Try it - For the listing below, return the line containing "e63 v50 v45 LINE", the line containing "e82 v49 v16 LINE", and all lines in between, exactly as written and nothing else.

Segment Start: Dataset records

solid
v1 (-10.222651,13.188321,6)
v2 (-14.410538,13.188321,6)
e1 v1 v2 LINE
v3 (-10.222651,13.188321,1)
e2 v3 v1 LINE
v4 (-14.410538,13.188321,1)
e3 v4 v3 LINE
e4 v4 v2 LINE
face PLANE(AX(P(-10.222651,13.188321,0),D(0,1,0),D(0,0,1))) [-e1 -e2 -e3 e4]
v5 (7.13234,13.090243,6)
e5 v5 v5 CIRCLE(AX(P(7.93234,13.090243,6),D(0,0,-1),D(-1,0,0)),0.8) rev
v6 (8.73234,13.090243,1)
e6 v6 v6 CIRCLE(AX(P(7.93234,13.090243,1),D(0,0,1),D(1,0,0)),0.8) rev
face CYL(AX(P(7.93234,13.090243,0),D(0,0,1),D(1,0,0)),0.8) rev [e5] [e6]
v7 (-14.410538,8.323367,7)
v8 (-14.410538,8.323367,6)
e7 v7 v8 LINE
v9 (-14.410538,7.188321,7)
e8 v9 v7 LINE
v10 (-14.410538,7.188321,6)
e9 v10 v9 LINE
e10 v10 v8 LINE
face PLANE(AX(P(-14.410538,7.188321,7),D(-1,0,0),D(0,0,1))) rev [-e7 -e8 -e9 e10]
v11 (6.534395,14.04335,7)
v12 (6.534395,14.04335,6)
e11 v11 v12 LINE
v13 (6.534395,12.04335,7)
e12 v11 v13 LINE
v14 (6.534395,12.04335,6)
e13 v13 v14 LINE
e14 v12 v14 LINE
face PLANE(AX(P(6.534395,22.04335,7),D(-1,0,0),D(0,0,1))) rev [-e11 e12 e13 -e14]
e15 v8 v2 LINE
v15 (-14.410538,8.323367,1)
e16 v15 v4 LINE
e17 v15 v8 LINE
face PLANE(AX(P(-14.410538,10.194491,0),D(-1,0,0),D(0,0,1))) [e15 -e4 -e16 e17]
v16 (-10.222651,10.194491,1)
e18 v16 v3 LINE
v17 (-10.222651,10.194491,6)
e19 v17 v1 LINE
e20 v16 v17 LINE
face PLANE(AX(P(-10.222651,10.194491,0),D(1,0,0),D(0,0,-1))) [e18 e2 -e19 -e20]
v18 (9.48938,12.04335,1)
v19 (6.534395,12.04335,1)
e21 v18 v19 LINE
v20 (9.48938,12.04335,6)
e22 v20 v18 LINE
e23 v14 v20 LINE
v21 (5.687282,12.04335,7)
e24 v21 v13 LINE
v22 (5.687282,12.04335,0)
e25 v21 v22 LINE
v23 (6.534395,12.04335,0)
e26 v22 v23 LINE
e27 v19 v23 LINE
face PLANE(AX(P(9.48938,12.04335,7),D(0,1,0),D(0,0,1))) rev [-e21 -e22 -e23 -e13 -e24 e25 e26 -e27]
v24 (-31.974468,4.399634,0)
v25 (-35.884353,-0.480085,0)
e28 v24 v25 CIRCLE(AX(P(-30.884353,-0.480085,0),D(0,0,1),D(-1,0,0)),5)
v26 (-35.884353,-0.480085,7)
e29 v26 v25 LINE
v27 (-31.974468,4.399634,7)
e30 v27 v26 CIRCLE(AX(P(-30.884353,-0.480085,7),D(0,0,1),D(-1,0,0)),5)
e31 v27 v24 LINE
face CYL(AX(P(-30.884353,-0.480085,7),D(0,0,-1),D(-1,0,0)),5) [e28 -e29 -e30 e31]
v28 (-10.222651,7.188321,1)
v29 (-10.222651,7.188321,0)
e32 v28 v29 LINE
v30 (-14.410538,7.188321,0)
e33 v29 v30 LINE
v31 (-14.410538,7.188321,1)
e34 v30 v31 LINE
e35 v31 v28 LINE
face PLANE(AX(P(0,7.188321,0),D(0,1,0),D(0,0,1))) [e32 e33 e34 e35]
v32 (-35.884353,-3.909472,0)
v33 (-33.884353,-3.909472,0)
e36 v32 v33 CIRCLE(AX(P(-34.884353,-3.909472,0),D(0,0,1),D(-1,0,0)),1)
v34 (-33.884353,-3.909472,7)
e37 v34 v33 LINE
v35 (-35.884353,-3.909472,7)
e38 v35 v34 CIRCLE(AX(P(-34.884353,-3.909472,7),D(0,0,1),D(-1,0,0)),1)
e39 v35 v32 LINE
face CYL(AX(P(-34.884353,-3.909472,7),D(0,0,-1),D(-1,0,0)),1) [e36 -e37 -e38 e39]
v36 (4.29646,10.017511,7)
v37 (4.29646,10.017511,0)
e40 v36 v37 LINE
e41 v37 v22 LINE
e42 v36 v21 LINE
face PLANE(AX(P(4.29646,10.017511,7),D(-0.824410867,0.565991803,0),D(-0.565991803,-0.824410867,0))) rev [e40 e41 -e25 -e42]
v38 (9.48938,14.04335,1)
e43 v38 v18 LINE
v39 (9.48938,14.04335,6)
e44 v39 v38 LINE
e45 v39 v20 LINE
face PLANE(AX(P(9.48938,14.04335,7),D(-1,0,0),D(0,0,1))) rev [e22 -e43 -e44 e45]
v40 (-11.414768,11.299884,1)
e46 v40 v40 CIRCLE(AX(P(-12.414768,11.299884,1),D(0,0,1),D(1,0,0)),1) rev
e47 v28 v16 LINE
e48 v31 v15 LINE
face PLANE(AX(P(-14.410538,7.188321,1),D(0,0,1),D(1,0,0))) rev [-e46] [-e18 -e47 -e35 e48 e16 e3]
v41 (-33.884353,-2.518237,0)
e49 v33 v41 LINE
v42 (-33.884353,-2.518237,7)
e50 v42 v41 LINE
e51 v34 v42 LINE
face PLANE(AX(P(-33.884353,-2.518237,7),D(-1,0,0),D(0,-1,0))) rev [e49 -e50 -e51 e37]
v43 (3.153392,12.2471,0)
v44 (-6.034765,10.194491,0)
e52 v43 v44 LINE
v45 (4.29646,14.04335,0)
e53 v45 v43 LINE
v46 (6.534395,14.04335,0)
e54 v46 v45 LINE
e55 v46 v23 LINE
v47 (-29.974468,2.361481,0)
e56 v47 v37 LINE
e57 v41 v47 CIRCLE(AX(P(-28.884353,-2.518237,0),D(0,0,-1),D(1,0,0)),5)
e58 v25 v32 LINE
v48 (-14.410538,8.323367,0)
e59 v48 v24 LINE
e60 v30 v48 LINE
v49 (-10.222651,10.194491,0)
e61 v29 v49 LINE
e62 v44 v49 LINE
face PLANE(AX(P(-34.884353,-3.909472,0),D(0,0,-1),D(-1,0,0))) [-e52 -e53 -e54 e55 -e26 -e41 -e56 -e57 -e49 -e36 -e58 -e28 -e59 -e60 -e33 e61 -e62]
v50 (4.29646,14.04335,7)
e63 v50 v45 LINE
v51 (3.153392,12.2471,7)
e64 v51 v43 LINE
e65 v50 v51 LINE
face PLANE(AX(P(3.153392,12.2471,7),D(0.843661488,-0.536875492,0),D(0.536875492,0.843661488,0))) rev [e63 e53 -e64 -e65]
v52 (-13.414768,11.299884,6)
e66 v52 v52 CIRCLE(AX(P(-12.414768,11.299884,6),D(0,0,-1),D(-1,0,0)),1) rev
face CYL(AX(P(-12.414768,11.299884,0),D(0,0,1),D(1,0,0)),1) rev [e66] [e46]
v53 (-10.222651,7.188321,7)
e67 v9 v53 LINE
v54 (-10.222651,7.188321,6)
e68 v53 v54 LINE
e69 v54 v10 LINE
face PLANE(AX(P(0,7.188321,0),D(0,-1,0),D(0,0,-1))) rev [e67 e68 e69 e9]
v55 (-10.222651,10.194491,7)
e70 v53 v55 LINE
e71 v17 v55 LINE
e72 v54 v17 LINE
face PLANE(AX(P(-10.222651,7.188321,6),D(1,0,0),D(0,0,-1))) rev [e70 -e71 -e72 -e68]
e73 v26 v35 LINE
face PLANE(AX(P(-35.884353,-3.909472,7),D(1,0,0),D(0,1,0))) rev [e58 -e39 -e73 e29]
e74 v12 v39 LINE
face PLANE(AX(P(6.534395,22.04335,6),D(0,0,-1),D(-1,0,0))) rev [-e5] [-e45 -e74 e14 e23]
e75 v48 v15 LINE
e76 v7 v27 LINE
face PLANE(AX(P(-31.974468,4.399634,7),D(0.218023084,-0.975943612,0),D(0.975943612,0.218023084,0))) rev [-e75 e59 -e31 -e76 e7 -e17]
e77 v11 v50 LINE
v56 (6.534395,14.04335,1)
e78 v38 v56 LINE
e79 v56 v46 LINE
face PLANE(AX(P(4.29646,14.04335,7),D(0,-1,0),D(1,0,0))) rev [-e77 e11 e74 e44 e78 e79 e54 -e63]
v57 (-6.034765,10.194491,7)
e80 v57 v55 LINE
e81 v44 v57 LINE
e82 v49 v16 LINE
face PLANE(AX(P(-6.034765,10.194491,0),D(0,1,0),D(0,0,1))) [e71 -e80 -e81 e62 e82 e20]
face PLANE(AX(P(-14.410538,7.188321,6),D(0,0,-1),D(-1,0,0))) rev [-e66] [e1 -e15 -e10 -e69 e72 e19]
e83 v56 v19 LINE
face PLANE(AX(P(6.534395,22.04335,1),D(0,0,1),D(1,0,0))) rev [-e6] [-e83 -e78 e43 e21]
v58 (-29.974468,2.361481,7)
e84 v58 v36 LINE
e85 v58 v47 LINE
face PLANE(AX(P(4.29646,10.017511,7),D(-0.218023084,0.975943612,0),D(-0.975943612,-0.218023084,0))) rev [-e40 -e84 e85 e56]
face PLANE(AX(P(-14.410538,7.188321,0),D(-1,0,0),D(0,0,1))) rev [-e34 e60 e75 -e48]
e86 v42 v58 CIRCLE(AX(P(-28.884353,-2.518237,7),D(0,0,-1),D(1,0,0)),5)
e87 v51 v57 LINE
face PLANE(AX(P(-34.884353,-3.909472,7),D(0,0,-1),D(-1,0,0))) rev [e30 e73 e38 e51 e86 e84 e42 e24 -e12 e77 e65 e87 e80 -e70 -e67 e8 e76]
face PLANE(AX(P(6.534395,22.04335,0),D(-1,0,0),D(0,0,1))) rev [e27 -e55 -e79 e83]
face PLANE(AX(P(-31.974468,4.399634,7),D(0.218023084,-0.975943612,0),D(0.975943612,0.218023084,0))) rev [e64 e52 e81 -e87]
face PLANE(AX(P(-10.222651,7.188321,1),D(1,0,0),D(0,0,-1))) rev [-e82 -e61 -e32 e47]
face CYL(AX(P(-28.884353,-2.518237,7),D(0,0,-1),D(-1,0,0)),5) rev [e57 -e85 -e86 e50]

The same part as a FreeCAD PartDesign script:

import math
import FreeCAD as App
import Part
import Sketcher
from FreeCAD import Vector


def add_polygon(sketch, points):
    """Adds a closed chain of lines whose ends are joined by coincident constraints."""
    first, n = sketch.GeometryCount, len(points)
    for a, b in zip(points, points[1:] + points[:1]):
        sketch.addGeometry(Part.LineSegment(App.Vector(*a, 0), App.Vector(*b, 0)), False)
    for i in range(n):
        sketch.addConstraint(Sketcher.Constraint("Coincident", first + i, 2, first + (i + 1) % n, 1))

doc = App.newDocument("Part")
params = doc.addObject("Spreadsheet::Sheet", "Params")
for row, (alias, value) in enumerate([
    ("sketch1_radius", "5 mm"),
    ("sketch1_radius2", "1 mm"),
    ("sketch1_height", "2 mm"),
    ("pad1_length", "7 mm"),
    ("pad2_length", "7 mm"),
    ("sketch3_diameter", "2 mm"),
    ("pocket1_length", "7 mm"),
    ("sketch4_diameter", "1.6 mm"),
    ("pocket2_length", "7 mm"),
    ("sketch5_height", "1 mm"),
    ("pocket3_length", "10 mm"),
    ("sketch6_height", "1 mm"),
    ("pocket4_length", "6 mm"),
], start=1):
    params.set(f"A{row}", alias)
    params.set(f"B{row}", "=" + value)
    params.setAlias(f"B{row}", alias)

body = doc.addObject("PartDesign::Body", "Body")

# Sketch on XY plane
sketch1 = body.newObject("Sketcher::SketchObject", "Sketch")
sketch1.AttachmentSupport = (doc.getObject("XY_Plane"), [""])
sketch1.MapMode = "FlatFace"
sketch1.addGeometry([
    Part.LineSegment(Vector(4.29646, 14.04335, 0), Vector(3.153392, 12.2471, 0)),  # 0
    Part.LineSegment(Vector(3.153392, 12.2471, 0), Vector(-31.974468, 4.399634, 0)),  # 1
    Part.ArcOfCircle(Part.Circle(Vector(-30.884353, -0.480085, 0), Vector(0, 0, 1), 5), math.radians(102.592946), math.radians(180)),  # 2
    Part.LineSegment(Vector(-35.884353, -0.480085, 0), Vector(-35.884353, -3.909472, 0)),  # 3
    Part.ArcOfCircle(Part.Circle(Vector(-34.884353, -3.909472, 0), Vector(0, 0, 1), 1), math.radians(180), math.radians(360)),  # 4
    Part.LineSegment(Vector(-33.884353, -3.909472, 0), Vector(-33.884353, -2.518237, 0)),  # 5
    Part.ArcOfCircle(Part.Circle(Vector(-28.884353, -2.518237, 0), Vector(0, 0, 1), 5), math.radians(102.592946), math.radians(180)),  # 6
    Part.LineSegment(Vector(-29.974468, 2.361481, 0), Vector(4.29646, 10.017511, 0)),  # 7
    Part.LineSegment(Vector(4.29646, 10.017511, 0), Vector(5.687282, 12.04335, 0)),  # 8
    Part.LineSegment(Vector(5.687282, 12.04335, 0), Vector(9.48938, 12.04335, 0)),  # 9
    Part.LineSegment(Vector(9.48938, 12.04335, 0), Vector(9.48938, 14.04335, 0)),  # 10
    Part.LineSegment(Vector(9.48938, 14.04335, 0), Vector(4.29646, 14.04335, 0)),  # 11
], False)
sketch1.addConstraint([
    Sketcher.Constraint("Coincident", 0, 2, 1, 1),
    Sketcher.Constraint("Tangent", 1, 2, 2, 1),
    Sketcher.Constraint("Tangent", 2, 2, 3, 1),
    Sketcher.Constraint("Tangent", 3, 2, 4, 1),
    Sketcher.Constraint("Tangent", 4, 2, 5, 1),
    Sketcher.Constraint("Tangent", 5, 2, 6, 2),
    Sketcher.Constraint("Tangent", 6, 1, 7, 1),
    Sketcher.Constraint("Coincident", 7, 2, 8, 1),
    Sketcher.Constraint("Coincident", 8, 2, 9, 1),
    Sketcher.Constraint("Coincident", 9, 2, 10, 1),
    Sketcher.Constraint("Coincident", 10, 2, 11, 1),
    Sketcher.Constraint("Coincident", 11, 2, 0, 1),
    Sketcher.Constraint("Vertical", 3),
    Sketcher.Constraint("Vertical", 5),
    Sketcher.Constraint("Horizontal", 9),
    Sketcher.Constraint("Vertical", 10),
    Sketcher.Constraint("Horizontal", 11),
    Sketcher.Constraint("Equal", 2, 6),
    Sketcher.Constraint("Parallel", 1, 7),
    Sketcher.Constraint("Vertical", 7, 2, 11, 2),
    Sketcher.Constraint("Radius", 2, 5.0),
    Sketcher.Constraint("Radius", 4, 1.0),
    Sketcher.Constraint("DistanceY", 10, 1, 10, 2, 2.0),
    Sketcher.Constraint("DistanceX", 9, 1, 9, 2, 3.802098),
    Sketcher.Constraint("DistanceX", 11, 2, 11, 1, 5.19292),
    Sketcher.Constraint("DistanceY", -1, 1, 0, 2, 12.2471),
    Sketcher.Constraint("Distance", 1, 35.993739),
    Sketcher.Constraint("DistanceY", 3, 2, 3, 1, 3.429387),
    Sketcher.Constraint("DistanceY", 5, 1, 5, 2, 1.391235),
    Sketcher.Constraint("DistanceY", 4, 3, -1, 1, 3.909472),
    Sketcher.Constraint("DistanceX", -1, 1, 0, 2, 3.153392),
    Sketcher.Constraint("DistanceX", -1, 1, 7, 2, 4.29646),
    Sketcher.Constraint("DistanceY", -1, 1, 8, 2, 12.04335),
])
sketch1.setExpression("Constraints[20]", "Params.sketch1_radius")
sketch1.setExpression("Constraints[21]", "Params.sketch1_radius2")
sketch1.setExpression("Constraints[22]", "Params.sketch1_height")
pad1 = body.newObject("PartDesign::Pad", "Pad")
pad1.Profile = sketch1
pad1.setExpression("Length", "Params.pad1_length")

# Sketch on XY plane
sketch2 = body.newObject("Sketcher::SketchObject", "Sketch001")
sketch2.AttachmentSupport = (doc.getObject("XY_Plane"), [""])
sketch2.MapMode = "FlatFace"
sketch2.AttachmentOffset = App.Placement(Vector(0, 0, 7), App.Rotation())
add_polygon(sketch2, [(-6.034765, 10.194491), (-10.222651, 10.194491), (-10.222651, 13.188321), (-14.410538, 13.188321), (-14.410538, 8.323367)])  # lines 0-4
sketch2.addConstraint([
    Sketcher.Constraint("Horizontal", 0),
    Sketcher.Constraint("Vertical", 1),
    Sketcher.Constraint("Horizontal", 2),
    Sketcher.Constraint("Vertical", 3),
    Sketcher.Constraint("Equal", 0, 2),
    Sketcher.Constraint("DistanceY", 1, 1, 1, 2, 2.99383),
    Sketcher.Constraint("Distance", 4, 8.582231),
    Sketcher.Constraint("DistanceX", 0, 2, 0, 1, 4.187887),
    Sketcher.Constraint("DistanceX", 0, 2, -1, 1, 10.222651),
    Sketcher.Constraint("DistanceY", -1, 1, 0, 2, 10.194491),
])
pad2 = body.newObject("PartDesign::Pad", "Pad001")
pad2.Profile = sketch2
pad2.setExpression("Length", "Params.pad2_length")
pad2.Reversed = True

Segment End: Dataset records

Expected answer -
e63 v50 v45 LINE
v51 (3.153392,12.2471,7)
e64 v51 v43 LINE
e65 v50 v51 LINE
face PLANE(AX(P(3.153392,12.2471,7),D(0.843661488,-0.536875492,0),D(0.536875492,0.843661488,0))) rev [e63 e53 -e64 -e65]
v52 (-13.414768,11.299884,6)
e66 v52 v52 CIRCLE(AX(P(-12.414768,11.299884,6),D(0,0,-1),D(-1,0,0)),1) rev
face CYL(AX(P(-12.414768,11.299884,0),D(0,0,1),D(1,0,0)),1) rev [e66] [e46]
v53 (-10.222651,7.188321,7)
e67 v9 v53 LINE
v54 (-10.222651,7.188321,6)
e68 v53 v54 LINE
e69 v54 v10 LINE
face PLANE(AX(P(0,7.188321,0),D(0,-1,0),D(0,0,-1))) rev [e67 e68 e69 e9]
v55 (-10.222651,10.194491,7)
e70 v53 v55 LINE
e71 v17 v55 LINE
e72 v54 v17 LINE
face PLANE(AX(P(-10.222651,7.188321,6),D(1,0,0),D(0,0,-1))) rev [e70 -e71 -e72 -e68]
e73 v26 v35 LINE
face PLANE(AX(P(-35.884353,-3.909472,7),D(1,0,0),D(0,1,0))) rev [e58 -e39 -e73 e29]
e74 v12 v39 LINE
face PLANE(AX(P(6.534395,22.04335,6),D(0,0,-1),D(-1,0,0))) rev [-e5] [-e45 -e74 e14 e23]
e75 v48 v15 LINE
e76 v7 v27 LINE
face PLANE(AX(P(-31.974468,4.399634,7),D(0.218023084,-0.975943612,0),D(0.975943612,0.218023084,0))) rev [-e75 e59 -e31 -e76 e7 -e17]
e77 v11 v50 LINE
v56 (6.534395,14.04335,1)
e78 v38 v56 LINE
e79 v56 v46 LINE
face PLANE(AX(P(4.29646,14.04335,7),D(0,-1,0),D(1,0,0))) rev [-e77 e11 e74 e44 e78 e79 e54 -e63]
v57 (-6.034765,10.194491,7)
e80 v57 v55 LINE
e81 v44 v57 LINE
e82 v49 v16 LINE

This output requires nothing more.